▸ **Aim of the task**
Give the entries again, exactly as they stand.
----------
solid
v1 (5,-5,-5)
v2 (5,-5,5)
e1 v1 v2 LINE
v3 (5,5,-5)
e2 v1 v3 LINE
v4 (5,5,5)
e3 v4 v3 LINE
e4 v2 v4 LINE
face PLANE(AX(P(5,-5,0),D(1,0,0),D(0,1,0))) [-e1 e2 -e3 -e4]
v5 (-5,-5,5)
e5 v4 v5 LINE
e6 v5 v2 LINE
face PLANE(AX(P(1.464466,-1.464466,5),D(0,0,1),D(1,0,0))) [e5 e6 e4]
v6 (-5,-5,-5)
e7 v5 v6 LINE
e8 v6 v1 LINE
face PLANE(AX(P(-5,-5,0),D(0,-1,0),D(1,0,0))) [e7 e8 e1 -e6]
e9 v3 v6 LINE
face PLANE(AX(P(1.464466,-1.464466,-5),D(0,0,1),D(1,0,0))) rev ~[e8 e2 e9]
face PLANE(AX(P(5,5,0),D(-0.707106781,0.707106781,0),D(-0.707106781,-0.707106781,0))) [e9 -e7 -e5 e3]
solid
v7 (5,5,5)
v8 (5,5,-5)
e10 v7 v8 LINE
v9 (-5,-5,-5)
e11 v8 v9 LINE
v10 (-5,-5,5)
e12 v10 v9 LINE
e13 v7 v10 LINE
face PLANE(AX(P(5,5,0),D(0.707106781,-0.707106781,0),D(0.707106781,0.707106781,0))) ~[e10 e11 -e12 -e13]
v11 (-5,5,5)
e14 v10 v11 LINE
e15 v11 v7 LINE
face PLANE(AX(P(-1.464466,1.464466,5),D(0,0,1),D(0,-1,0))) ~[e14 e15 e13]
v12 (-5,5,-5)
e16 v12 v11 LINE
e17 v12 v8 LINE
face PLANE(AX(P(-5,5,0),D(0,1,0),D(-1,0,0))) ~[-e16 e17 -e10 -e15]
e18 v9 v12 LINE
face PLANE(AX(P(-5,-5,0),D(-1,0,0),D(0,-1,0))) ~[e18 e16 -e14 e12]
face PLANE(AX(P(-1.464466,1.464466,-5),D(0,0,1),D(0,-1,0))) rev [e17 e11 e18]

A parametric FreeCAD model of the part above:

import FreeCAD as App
import Part
import Sketcher

V = App.Vector

doc = App.newDocument("Part")
params = doc.addObject("Spreadsheet::Sheet", "Params")
for row, (alias, value) in enumerate([
    ("sketch1_width", "10 mm"),
    ("pad1_length", "10 mm"),
], start=1):
    params.set(f"A{row}", alias)
    params.set(f"B{row}", "=" + value)
    params.setAlias(f"B{row}", alias)

body = doc.addObject("PartDesign::Body", "Body")

sketch1 = doc.addObject("Sketcher::SketchObject", "Sketch")
body.addObject(sketch1)
sketch1.AttachmentSupport = (doc.XY_Plane, [""])
sketch1.MapMode = "FlatFace"
sketch1.addGeometry([
    Part.LineSegment(V(-5, -5, 0), V(5, -5, 0)),
    Part.LineSegment(V(5, -5, 0), V(5, 5, 0)),
    Part.LineSegment(V(5, 5, 0), V(-5, -5, 0)),
], False)
sketch1.addConstraint([
    Sketcher.Constraint("Coincident", 0, 2, 1, 1),
    Sketcher.Constraint("Coincident", 1, 2, 2, 1),
    Sketcher.Constraint("Coincident", 2, 2, 0, 1),
    Sketcher.Constraint("Horizontal", 0),
    Sketcher.Constraint("Vertical", 1),
    Sketcher.Constraint("Symmetric", 1, 2, 2, 2, -1, 1),
    Sketcher.Constraint("Equal", 0, 1),
    Sketcher.Constraint("DistanceX", 0, 1, 0, 2, 10.0),
])
sketch1.setExpression("Constraints[7]", "Params.sketch1_width")
pad1 = doc.addObject("PartDesign::Pad", "Pad")
body.addObject(pad1)
pad1.Profile = sketch1
pad1.setExpression("Length", "Params.pad1_length")
pad1.Midplane = True
body2 = doc.addObject("PartDesign::Body", "Body001")
doc.recompute()

mirroring = doc.addObject("Part::Mirroring", "Mirroring")
mirroring.Source = body
mirroring.Base = V(5, 5, 5)
mirroring.Normal = V(0.707106781, -0.707106781, 0)
body2.BaseFeature = mirroring
doc.recompute()
mirroring.Visibility = False

doc.recompute()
----------
▸ **Your response**
solid
v1 (5,-5,-5)
v2 (5,-5,5)
e1 v1 v2 LINE
v3 (5,5,-5)
e2 v1 v3 LINE
v4 (5,5,5)
e3 v4 v3 LINE
e4 v2 v4 LINE
face PLANE(AX(P(5,-5,0),D(1,0,0),D(0,1,0))) [-e1 e2 -e3 -e4]
v5 (-5,-5,5)
e5 v4 v5 LINE
e6 v5 v2 LINE
face PLANE(AX(P(1.464466,-1.464466,5),D(0,0,1),D(1,0,0))) [e5 e6 e4]
v6 (-5,-5,-5)
e7 v5 v6 LINE
e8 v6 v1 LINE
face PLANE(AX(P(-5,-5,0),D(0,-1,0),D(1,0,0))) [e7 e8 e1 -e6]
e9 v3 v6 LINE
face PLANE(AX(P(1.464466,-1.464466,-5),D(0,0,1),D(1,0,0))) rev ~[e8 e2 e9]
face PLANE(AX(P(5,5,0),D(-0.707106781,0.707106781,0),D(-0.707106781,-0.707106781,0))) [e9 -e7 -e5 e3]
solid
v7 (5,5,5)
v8 (5,5,-5)
e10 v7 v8 LINE
v9 (-5,-5,-5)
e11 v8 v9 LINE
v10 (-5,-5,5)
e12 v10 v9 LINE
e13 v7 v10 LINE
face PLANE(AX(P(5,5,0),D(0.707106781,-0.707106781,0),D(0.707106781,0.707106781,0))) ~[e10 e11 -e12 -e13]
v11 (-5,5,5)
e14 v10 v11 LINE
e15 v11 v7 LINE
face PLANE(AX(P(-1.464466,1.464466,5),D(0,0,1),D(0,-1,0))) ~[e14 e15 e13]
v12 (-5,5,-5)
e16 v12 v11 LINE
e17 v12 v8 LINE
face PLANE(AX(P(-5,5,0),D(0,1,0),D(-1,0,0))) ~[-e16 e17 -e10 -e15]
e18 v9 v12 LINE
face PLANE(AX(P(-5,-5,0),D(-1,0,0),D(0,-1,0))) ~[e18 e16 -e14 e12]
face PLANE(AX(P(-1.464466,1.464466,-5),D(0,0,1),D(0,-1,0))) rev [e17 e11 e18]

A parametric FreeCAD model of the part above:

import FreeCAD as App
import Part
import Sketcher

V = App.Vector

doc = App.newDocument("Part")
params = doc.addObject("Spreadsheet::Sheet", "Params")
for row, (alias, value) in enumerate([
    ("sketch1_width", "10 mm"),
    ("pad1_length", "10 mm"),
], start=1):
    params.set(f"A{row}", alias)
    params.set(f"B{row}", "=" + value)
    params.setAlias(f"B{row}", alias)

body = doc.addObject("PartDesign::Body", "Body")

sketch1 = doc.addObject("Sketcher::SketchObject", "Sketch")
body.addObject(sketch1)
sketch1.AttachmentSupport = (doc.XY_Plane, [""])
sketch1.MapMode = "FlatFace"
sketch1.addGeometry([
    Part.LineSegment(V(-5, -5, 0), V(5, -5, 0)),
    Part.LineSegment(V(5, -5, 0), V(5, 5, 0)),
    Part.LineSegment(V(5, 5, 0), V(-5, -5, 0)),
], False)
sketch1.addConstraint([
    Sketcher.Constraint("Coincident", 0, 2, 1, 1),
    Sketcher.Constraint("Coincident", 1, 2, 2, 1),
    Sketcher.Constraint("Coincident", 2, 2, 0, 1),
    Sketcher.Constraint("Horizontal", 0),
    Sketcher.Constraint("Vertical", 1),
    Sketcher.Constraint("Symmetric", 1, 2, 2, 2, -1, 1),
    Sketcher.Constraint("Equal", 0, 1),
    Sketcher.Constraint("DistanceX", 0, 1, 0, 2, 10.0),
])
sketch1.setExpression("Constraints[7]", "Params.sketch1_width")
pad1 = doc.addObject("PartDesign::Pad", "Pad")
body.addObject(pad1)
pad1.Profile = sketch1
pad1.setExpression("Length", "Params.pad1_length")
pad1.Midplane = True
body2 = doc.addObject("PartDesign::Body", "Body001")
doc.recompute()

mirroring = doc.addObject("Part::Mirroring", "Mirroring")
mirroring.Source = body
mirroring.Base = V(5, 5, 5)
mirroring.Normal = V(0.707106781, -0.707106781, 0)
body2.BaseFeature = mirroring
doc.recompute()
mirroring.Visibility = False

doc.recompute()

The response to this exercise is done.